Debt Service Coverage Ratio
The debt service coverage ratio improved to 11.24 from 9.12, showing a strong
capacity to service debt obligations. Despite increased borrowings, the
company’s earnings are sufficient to comfortably cover interest and principal
repayments. This indicates financial stability in the short term, though
sustainability will depend on consistent earnings growth.
Return on Equity
Return on equity declined sharply to 0.20 from 0.51, indicating reduced returns
for shareholders. Even though profits increased, the significant rise in equity
capital diluted returns. This suggests that the company has not yet been able
to efficiently deploy the additional equity funds to generate proportional
earnings.
Inventory Turnover Ratio
The inventory turnover ratio decreased to 4.94 from 5.42, indicating slower
movement of inventory. This aligns with the sharp increase in inventory levels
and suggests possible overstocking or slower sales. Lower efficiency in
inventory management can tie up working capital and negatively impact
liquidity.
Trade Account Receivables
Ratio
The receivables turnover ratio improved to 21.34 from 17.68, indicating faster
collection of receivables. This is a positive sign of improved credit
management and efficient collection processes, helping partially offset the
working capital pressures.
Trade Account Payables
Ratio
The payables turnover ratio dropped drastically to 14.54 from 143.80,
indicating the company is taking significantly longer to pay its suppliers.

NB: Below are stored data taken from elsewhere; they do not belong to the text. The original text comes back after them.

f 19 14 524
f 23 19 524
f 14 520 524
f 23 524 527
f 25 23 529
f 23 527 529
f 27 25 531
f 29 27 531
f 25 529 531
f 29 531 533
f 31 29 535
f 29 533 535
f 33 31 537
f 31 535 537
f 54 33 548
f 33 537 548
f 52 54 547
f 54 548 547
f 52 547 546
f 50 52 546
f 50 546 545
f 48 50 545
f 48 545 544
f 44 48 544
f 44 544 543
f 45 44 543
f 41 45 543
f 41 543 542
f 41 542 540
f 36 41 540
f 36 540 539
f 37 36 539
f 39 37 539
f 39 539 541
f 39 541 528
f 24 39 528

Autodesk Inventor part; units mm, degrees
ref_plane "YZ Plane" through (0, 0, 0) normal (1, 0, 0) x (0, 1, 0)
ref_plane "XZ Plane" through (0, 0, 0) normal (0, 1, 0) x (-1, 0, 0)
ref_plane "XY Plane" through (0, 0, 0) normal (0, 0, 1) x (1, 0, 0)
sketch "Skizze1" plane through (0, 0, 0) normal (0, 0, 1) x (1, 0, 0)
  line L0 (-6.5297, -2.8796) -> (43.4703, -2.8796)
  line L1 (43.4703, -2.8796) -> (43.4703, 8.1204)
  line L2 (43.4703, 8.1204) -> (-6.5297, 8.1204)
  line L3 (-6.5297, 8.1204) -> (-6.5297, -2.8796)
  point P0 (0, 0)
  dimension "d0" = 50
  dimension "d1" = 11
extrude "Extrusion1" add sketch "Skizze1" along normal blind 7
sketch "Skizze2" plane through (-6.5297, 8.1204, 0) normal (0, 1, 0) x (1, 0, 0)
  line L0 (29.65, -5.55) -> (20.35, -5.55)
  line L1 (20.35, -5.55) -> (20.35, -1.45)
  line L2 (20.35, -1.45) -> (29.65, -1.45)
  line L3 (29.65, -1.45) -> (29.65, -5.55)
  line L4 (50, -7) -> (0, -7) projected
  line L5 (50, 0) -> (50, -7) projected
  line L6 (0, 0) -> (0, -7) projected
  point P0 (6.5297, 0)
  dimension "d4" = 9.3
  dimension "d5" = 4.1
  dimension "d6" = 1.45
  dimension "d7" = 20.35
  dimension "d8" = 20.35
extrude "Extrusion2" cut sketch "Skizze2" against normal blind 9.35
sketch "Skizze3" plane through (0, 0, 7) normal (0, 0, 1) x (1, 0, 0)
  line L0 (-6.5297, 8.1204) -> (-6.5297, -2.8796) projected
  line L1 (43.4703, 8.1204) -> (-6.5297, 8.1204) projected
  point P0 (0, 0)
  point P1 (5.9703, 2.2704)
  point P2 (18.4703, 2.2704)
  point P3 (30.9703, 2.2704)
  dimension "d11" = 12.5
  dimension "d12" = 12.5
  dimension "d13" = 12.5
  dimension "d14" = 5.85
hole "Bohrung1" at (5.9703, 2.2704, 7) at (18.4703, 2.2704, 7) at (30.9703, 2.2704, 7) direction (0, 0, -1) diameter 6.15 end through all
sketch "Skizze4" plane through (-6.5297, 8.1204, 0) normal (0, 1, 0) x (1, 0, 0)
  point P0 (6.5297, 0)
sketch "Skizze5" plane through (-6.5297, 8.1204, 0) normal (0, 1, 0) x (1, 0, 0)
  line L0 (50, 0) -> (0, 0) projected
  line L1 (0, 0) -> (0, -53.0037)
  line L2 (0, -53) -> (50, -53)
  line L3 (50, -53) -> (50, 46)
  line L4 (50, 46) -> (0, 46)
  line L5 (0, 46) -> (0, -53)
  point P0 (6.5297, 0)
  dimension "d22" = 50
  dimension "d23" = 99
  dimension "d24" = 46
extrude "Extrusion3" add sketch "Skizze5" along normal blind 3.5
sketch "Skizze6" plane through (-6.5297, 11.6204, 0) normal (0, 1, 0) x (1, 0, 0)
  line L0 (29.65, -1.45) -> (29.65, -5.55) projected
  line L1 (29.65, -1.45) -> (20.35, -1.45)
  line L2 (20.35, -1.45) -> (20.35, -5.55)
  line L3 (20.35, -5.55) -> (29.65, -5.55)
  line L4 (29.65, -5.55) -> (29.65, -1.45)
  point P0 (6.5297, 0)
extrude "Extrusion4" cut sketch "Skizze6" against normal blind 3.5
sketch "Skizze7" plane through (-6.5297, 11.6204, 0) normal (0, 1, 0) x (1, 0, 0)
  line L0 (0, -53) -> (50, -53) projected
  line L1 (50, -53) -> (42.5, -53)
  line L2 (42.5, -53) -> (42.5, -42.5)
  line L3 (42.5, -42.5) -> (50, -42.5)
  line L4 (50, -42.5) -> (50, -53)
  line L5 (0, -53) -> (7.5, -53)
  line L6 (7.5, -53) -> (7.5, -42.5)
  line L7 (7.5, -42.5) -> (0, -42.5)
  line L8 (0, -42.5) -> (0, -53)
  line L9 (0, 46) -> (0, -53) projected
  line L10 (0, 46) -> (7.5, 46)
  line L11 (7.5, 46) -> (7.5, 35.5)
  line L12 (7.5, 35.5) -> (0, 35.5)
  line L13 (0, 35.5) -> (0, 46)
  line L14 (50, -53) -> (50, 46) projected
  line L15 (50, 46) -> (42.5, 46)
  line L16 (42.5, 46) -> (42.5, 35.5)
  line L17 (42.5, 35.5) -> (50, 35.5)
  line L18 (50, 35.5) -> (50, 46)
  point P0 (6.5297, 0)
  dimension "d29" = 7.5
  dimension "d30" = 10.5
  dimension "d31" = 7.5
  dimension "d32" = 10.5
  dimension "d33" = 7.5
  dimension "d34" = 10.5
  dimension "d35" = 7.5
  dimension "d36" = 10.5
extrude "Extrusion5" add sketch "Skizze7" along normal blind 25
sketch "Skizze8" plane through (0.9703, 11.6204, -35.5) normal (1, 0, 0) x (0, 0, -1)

While this may temporarily ease cash flow pressures, it could strain supplier
relationships and may not be sustainable in the long term.
Net Capital Turnover Ratio
The net capital turnover ratio declined to 2.25 from 4.42, suggesting reduced
efficiency in utilizing capital to generate revenue. This may be due to the
recent increase in capital employed not yet translating into proportional sales
growth, reflecting a transitional phase of expansion.
Net Profit Ratio
The net profit ratio improved slightly to 0.07 from 0.06, indicating marginal
improvement in profitability. While the increase is positive, margins remain
relatively low, suggesting that cost pressures or pricing constraints still
limit overall profitability.
Return on Capital Employed
Return on capital employed decreased significantly to 0.17 from 0.47,
indicating lower efficiency in generating returns from total capital employed.
This reflects the impact of large capital investments that have not yet yielded
proportional operating profits.
Return on Investment
Return on investment improved to 0.10 from 0.01, showing better returns from
investments compared to the previous year. Although still modest, this
improvement suggests that some of the company’s investments are beginning to
generate returns, but overall efficiency remains an area for improvement.